Maniakes opened his mouth, then closed it again. If he held Parsmanios, say, out of a battle with the Makuraners for fear of what might happen to him, his brother would have reason to be furious with him. Women, though, were supposed to be protected from such risk. What if a woman didn't want to be protected? What then? Till this moment, he hadn't imagined such a thing.
He was trying to keep her alive. She should have been grateful. Since she seemed anything but, he took his most imperious and imperial tone and declared, "I am your husband. I have the right to tell you what we shall do-and what we shall not."
For a moment, he had hopes the ploy would work. Niphone was a girl conservatively reared even by the conservative standards of her family; her attitude toward her husband's decrees should have approached that of a Makuraner wife locked away in the women's quarters of her noble husband's stronghold.

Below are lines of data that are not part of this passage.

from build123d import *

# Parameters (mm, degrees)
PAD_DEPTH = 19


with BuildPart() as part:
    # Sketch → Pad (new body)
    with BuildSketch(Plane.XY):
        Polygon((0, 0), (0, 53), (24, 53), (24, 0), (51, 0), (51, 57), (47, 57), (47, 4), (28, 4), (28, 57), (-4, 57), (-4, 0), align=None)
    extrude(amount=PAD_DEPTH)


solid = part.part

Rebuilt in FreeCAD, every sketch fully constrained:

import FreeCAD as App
import Part
import Sketcher

V = App.Vector
Q = App.Units.Quantity


def add_polygon(sketch, points):
    """Adds a closed chain of lines whose ends are joined by coincident constraints."""
    first, n = sketch.GeometryCount, len(points)
    for a, b in zip(points, points[1:] + points[:1]):
        sketch.addGeometry(Part.LineSegment(App.Vector(*a, 0), App.Vector(*b, 0)), False)
    for i in range(n):
        sketch.addConstraint(Sketcher.Constraint("Coincident", first + i, 2, first + (i + 1) % n, 1))

doc = App.newDocument("Part")
params = doc.addObject("Spreadsheet::Sheet", "Params")
for row, (alias, value) in enumerate([
    ("sketch1_width", "24 mm"),
    ("sketch1_width2", "27 mm"),
    ("sketch1_width3", "4 mm"),
    ("sketch1_width4", "19 mm"),
    ("sketch1_height", "53 mm"),
    ("pad1_length", "19 mm"),
], start=1):
    params.set(f"A{row}", alias)
    params.set(f"B{row}", "=" + value)
    params.setAlias(f"B{row}", alias)

body = doc.addObject("PartDesign::Body", "Body")

# Sketch on XY plane
sketch1 = body.newObject("Sketcher::SketchObject", "Sketch")
sketch1.AttachmentSupport = (doc.getObject("XY_Plane"), [""])
sketch1.MapMode = "FlatFace"
add_polygon(sketch1, [(0, 0), (0, 53), (24, 53), (24, 0), (51, 0), (51, 57), (47, 57), (47, 4), (28, 4), (28, 57), (-4, 57), (-4, 0)])  # lines 0-11
sketch1.addConstraint([
    Sketcher.Constraint("Vertical", 0),
    Sketcher.Constraint("Horizontal", 1),
    Sketcher.Constraint("Vertical", 2),
    Sketcher.Constraint("Horizontal", 3),
    Sketcher.Constraint("Vertical", 4),
    Sketcher.Constraint("Horizontal", 5),
    Sketcher.Constraint("Vertical", 6),
    Sketcher.Constraint("Horizontal", 7),
    Sketcher.Constraint("Vertical", 8),
    Sketcher.Constraint("Horizontal", 9),
    Sketcher.Constraint("Vertical", 10),
    Sketcher.Constraint("Horizontal", 11),
    Sketcher.Constraint("Coincident", 11, 2, -1, 1),
    Sketcher.Constraint("PointOnObject", 2, 2, -1),
    Sketcher.Constraint("Horizontal", 5, 2, 8, 2),
    Sketcher.Constraint("Equal", 5, 11),
    Sketcher.Constraint("Equal", 2, 6),
    Sketcher.Constraint("DistanceX", 1, 1, 1, 2, Q("24 mm")),
    Sketcher.Constraint("DistanceX", 3, 1, 3, 2, Q("27 mm")),
    Sketcher.Constraint("DistanceX", 5, 2, 5, 1, Q("4 mm")),
    Sketcher.Constraint("DistanceX", 7, 2, 7, 1, Q("19 mm")),
    Sketcher.Constraint("DistanceY", 0, 1, 0, 2, Q("53 mm")),
    Sketcher.Constraint("DistanceY", 4, 1, 4, 2, Q("57 mm")),
])
sketch1.setExpression("Constraints[29]", "Params.sketch1_width")
sketch1.setExpression("Constraints[30]", "Params.sketch1_width2")
sketch1.setExpression("Constraints[31]", "Params.sketch1_width3")
sketch1.setExpression("Constraints[32]", "Params.sketch1_width4")
sketch1.setExpression("Constraints[33]", "Params.sketch1_height")
pad1 = body.newObject("PartDesign::Pad", "Pad")
pad1.Profile = sketch1
pad1.setExpression("Length", "Params.pad1_length")

doc.recompute()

Should have. Niphone looked at him. In the dim lamplight, he could not make out the expression on her face. Then she reached out and took hold of him again. She wasn't usually so bold. "One of the things that makes you my husband is this," she said, squeezing gently. "If you deny it to me, is that not grounds for making our marriage as if it had never been?"
The Videssian military knew retreat could be a virtue. Maniakes decided this was a time he would have to retreat-especially since, inside her hand, part of him was advancing. He took her in his arms, kissed her mouth and her neck and the hollow of her shoulder and her breasts. When the time came for them to join, he rolled onto his back-not only was that easier for his second round, but also for her not long out of childbed.

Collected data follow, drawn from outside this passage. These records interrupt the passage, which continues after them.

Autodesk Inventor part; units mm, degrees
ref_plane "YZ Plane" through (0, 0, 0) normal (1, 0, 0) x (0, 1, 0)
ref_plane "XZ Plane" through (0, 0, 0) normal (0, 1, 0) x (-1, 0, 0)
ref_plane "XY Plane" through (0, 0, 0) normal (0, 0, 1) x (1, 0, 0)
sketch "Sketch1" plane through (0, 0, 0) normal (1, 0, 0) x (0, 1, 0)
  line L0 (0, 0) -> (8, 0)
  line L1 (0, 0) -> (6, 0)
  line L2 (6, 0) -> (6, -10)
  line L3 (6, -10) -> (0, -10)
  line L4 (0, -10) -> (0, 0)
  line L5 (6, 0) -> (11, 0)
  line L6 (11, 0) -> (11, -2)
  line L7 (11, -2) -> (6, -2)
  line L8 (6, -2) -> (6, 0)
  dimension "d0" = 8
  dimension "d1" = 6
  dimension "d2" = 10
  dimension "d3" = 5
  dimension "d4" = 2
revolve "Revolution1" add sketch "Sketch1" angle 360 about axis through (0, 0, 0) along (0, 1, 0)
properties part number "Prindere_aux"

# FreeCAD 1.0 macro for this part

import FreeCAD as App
import Part
import Sketcher


def add_polygon(sketch, points):
    """Adds a closed chain of lines whose ends are joined by coincident constraints."""
    first, n = sketch.GeometryCount, len(points)
    for a, b in zip(points, points[1:] + points[:1]):
        sketch.addGeometry(Part.LineSegment(App.Vector(*a, 0), App.Vector(*b, 0)), False)
    for i in range(n):
        sketch.addConstraint(Sketcher.Constraint("Coincident", first + i, 2, first + (i + 1) % n, 1))

doc = App.newDocument("Part")
body = doc.addObject("PartDesign::Body", "Body")

# Sketch on YZ plane
sketch1 = body.newObject("Sketcher::SketchObject", "Sketch")
sketch1.AttachmentSupport = (doc.getObject("YZ_Plane"), [""])
sketch1.MapMode = "FlatFace"
add_polygon(sketch1, [(0, 0), (0, -10), (6, -10), (6, -2), (11, -2), (11, 0)])  # lines 0-5
sketch1.addConstraint(Sketcher.Constraint("Vertical", 0))
sketch1.addConstraint(Sketcher.Constraint("Horizontal", 1))
sketch1.addConstraint(Sketcher.Constraint("Vertical", 2))
sketch1.addConstraint(Sketcher.Constraint("Horizontal", 3))
sketch1.addConstraint(Sketcher.Constraint("Vertical", 4))
sketch1.addConstraint(Sketcher.Constraint("Horizontal", 5))
sketch1.addConstraint(Sketcher.Constraint("Coincident", 5, 2, -1, 1))
sketch1.addConstraint(Sketcher.Constraint("DistanceX", 1, 1, 1, 2, 6.0))
sketch1.addConstraint(Sketcher.Constraint("DistanceX", 3, 1, 3, 2, 5.0))
sketch1.addConstraint(Sketcher.Constraint("DistanceY", 0, 2, 0, 1, 10.0))
sketch1.addConstraint(Sketcher.Constraint("DistanceY", 2, 1, 2, 2, 8.0))
revolution = body.newObject("PartDesign::Revolution", "Revolution")
revolution.Profile = sketch1
revolution.ReferenceAxis = (sketch1, ["H_Axis"])
revolution.Angle = 360

doc.recompute()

She carefully lowered herself onto him. "You win," he said in a voice that was all breath.
"No," she said, raising up and then filling herself with him again. "We do."
Maniakes stared at the messenger who had come hotfoot from the walls of Videssos the city. "There's a what out there?" he demanded, digging a finger into his ear. "I can't have heard you rightly."
"May it please your Majesty, you did," the messenger said. "There's a band of Kubratoi out there, just past dart-thrower range. The fellow who sounds like he's in charge-I misremember his name, but he speaks Videssian like it was an egg he's beating in a bowl-"
"Is he called Moundioukh, by any chance?" Maniakes asked.
"That's it, your Majesty," the messenger agreed. "You know of him?"
"I know of him," Maniakes said grimly. "Very well, admit him to the city. Surround his force, however large it may be, with armed men. Be particularly careful not to give him any promise of safe-conduct whatsoever. I will meet with him-and him alone-in the Grand Courtroom in two hours' time. Separate him from his men and make sure they are treated well unless you hear otherwise from me. Have you got all that?"
"Would your Majesty be kind enough to repeat it?" the man said. Maniakes did. The messenger gave it back to his satisfaction. Nodding, he sent the fellow back to the wall, then shouted for Kameas.
Two hours later, he sat on the imperial throne in raiment almost as splendid as that which he had had to discard after the Kubrati surprise. Hastily assembled dignitaries took their places to either side of the colonnaded aisle down which Moundioukh would walk.
But for the sounds of Moundioukh's footfalls, the Grand Courtroom was altogether silent as the Kubrati advanced toward the throne. At the prescribed distance from it, he prostrated himself before Maniakes. With a skreek of gearing, servitors behind the far wall raised the imperial throne several feet in the air. When Moundioukh started to get up afterward, the Avtokrator snapped, "I did not give you leave to rise."